### Stored items
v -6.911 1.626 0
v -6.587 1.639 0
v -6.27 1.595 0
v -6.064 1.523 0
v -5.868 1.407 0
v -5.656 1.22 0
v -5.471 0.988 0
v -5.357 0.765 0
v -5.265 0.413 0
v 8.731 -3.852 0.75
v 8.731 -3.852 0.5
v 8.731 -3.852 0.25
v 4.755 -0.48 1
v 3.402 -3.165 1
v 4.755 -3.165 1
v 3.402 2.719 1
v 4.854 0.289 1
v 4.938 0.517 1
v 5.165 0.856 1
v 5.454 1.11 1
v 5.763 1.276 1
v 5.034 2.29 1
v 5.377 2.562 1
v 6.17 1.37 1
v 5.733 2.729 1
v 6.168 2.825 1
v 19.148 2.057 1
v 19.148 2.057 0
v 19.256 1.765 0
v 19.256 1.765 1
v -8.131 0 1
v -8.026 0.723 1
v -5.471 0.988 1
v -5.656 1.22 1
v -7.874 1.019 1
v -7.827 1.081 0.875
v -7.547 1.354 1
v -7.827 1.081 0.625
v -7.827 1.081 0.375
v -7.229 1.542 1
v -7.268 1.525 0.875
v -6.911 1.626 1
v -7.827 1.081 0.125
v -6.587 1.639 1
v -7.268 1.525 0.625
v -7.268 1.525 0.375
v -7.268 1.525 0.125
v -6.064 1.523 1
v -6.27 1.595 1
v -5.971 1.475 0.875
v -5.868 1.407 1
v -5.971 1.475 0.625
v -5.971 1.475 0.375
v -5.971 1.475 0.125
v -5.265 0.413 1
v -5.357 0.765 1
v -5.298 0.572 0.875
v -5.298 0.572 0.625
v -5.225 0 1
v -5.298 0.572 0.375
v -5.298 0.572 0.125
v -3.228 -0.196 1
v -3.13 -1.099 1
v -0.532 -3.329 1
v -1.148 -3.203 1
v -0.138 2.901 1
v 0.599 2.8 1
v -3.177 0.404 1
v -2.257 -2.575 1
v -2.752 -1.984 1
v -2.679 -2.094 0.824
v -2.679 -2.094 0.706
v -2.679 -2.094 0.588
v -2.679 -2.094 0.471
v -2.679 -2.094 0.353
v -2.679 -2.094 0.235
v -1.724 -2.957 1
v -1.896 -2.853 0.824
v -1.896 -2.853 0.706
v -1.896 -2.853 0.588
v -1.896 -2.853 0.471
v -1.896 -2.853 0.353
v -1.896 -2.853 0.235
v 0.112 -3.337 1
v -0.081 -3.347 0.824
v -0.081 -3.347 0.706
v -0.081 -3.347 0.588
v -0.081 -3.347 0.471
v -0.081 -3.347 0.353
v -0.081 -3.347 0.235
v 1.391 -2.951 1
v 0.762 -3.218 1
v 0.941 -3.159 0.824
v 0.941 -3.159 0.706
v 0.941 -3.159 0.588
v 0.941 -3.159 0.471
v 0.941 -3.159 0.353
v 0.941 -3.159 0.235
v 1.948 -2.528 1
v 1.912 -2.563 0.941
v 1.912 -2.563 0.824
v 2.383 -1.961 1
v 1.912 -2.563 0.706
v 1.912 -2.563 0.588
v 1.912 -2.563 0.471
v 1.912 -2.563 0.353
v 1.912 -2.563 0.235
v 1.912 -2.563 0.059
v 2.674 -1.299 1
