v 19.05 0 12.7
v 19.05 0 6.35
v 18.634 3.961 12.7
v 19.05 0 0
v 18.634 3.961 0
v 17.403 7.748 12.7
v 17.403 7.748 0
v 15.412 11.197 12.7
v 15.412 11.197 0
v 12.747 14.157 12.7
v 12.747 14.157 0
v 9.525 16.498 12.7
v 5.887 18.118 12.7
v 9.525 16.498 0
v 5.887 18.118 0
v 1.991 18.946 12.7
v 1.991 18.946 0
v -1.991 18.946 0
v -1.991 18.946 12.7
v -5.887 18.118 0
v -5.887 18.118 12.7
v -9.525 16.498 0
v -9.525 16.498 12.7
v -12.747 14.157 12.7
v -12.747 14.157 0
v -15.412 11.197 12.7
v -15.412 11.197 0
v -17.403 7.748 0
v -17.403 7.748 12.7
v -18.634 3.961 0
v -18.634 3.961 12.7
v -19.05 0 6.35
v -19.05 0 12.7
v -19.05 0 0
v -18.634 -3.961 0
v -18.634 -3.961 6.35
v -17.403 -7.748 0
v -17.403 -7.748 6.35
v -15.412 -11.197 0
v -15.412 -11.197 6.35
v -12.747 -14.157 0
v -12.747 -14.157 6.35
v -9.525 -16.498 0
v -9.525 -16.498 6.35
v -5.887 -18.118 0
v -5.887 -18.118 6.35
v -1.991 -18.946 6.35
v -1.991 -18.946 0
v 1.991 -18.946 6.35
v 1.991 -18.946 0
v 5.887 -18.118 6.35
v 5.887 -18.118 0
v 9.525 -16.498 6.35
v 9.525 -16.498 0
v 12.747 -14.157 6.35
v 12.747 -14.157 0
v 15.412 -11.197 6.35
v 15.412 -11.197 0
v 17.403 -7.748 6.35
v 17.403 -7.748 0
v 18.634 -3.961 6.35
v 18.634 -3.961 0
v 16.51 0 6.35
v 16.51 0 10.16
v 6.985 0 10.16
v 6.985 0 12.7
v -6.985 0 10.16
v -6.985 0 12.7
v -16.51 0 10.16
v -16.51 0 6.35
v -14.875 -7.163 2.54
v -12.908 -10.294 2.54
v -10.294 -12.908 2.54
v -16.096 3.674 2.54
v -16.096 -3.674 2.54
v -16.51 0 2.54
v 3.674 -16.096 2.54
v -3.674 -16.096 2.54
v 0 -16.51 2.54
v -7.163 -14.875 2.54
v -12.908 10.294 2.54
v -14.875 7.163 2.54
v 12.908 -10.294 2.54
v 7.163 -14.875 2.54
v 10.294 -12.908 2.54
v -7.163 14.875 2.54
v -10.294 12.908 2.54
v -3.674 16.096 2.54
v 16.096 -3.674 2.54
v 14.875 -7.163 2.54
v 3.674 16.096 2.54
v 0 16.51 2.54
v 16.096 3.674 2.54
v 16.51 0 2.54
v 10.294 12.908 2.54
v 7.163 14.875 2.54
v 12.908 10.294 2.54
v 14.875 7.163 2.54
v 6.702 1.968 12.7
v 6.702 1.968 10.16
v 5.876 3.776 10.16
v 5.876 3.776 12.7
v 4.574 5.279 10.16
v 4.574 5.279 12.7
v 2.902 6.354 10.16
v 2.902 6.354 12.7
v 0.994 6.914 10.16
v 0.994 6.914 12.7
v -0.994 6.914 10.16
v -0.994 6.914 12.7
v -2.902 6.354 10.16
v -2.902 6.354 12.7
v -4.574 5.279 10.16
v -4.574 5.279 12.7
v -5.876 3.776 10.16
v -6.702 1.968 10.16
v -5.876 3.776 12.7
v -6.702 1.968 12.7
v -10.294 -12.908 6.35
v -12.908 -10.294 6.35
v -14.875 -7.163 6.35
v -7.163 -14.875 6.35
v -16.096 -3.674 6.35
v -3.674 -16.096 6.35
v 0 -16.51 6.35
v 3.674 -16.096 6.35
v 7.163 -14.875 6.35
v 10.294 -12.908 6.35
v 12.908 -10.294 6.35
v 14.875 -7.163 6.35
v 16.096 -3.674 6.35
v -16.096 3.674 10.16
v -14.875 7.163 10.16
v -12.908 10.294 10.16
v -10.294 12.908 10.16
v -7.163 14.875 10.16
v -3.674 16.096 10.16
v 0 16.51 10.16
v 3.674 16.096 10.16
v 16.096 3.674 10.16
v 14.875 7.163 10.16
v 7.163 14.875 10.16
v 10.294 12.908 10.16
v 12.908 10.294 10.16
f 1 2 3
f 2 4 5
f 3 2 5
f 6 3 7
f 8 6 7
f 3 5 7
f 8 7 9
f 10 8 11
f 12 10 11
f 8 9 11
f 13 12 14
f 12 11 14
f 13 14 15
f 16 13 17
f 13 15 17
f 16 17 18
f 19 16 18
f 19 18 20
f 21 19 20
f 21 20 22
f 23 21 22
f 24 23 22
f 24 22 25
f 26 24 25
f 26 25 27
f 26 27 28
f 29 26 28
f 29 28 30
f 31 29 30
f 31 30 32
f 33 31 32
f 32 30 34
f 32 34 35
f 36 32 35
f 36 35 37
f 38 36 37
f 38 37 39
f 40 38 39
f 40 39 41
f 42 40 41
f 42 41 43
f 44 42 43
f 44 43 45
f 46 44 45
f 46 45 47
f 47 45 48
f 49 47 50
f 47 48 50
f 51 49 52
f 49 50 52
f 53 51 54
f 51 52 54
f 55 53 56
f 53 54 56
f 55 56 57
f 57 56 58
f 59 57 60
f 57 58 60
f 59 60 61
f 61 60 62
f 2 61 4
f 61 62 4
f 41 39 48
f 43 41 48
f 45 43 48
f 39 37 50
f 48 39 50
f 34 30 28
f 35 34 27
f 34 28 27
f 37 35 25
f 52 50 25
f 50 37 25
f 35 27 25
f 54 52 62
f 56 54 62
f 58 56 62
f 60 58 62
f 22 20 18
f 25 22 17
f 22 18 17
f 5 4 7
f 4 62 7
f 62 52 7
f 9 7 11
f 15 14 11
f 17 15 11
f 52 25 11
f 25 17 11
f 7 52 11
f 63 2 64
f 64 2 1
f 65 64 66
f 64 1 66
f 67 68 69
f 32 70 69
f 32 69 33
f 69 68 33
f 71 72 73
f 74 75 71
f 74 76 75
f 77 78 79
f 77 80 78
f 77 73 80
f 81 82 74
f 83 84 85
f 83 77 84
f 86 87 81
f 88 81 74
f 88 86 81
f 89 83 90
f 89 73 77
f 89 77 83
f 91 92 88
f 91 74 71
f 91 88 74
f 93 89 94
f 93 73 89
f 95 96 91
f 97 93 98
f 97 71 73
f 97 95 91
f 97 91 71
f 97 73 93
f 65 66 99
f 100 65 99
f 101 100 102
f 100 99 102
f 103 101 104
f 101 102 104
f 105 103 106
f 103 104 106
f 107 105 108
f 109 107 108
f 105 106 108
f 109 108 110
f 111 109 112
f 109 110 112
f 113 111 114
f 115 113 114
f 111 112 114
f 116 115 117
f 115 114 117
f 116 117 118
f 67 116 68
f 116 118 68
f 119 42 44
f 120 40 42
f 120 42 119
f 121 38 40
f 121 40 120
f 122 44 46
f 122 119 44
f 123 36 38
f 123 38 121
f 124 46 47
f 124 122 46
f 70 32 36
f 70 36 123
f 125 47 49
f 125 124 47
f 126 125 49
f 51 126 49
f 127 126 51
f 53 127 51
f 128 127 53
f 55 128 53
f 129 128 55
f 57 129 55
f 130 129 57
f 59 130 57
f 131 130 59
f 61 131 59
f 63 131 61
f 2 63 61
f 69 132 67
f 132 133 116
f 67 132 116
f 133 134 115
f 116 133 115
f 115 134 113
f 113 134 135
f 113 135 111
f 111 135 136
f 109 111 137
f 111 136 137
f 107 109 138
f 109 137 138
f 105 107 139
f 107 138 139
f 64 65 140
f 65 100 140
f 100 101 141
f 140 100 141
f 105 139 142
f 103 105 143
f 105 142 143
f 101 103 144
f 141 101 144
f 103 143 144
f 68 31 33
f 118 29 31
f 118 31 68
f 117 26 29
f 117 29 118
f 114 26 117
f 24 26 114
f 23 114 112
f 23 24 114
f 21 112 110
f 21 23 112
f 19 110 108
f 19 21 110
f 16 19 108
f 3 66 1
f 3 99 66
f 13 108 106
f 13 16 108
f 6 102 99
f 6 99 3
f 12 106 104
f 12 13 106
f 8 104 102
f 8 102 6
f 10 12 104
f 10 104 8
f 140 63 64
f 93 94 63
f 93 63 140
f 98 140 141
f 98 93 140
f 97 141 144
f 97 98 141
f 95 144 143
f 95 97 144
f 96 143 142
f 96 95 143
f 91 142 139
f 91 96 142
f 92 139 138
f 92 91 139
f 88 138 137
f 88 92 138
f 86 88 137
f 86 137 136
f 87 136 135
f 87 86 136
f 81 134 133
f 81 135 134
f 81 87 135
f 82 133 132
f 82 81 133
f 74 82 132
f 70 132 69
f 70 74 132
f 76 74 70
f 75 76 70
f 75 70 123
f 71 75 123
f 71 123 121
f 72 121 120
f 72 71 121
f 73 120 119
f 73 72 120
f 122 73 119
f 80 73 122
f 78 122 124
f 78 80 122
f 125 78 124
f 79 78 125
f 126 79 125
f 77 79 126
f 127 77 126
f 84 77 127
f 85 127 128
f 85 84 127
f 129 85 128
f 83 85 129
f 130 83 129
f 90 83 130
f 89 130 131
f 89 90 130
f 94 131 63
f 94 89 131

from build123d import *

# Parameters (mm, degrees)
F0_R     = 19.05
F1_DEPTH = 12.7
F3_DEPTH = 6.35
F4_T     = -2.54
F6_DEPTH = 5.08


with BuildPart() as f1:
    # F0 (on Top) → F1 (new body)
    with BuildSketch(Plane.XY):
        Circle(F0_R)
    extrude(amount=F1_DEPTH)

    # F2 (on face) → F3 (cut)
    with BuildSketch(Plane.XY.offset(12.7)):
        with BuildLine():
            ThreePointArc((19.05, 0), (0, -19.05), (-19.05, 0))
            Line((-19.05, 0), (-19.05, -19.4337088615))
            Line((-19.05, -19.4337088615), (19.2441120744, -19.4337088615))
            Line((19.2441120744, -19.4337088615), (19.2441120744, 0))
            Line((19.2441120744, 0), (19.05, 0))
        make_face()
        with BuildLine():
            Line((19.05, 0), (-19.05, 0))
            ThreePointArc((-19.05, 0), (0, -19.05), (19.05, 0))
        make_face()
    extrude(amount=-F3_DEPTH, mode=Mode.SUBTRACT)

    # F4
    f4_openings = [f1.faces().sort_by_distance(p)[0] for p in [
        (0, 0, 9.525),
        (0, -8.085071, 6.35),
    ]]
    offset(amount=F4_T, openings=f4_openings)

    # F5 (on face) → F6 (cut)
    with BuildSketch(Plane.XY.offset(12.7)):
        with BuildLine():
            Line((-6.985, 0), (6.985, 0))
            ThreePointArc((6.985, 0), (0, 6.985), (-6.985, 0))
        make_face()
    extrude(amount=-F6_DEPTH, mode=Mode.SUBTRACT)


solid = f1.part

### Instructions to follow
After locating the line with "f 105 142 143" above, return that line and every later line through the one with "f 130 83 129", word for word and with nothing else.

### Exercise output
f 105 142 143
f 101 103 144
f 141 101 144
f 103 143 144
f 68 31 33
f 118 29 31
f 118 31 68
f 117 26 29
f 117 29 118
f 114 26 117
f 24 26 114
f 23 114 112
f 23 24 114
f 21 112 110
f 21 23 112
f 19 110 108
f 19 21 110
f 16 19 108
f 3 66 1
f 3 99 66
f 13 108 106
f 13 16 108
f 6 102 99
f 6 99 3
f 12 106 104
f 12 13 106
f 8 104 102
f 8 102 6
f 10 12 104
f 10 104 8
f 140 63 64
f 93 94 63
f 93 63 140
f 98 140 141
f 98 93 140
f 97 141 144
f 97 98 141
f 95 144 143
f 95 97 144
f 96 143 142
f 96 95 143
f 91 142 139
f 91 96 142
f 92 139 138
f 92 91 139
f 88 138 137
f 88 92 138
f 86 88 137
f 86 137 136
f 87 136 135
f 87 86 136
f 81 134 133
f 81 135 134
f 81 87 135
f 82 133 132
f 82 81 133
f 74 82 132
f 70 132 69
f 70 74 132
f 76 74 70
f 75 76 70
f 75 70 123
f 71 75 123
f 71 123 121
f 72 121 120
f 72 71 121
f 73 120 119
f 73 72 120
f 122 73 119
f 80 73 122
f 78 122 124
f 78 80 122
f 125 78 124
f 79 78 125
f 126 79 125
f 77 79 126
f 127 77 126
f 84 77 127
f 85 127 128
f 85 84 127
f 129 85 128
f 83 85 129
f 130 83 129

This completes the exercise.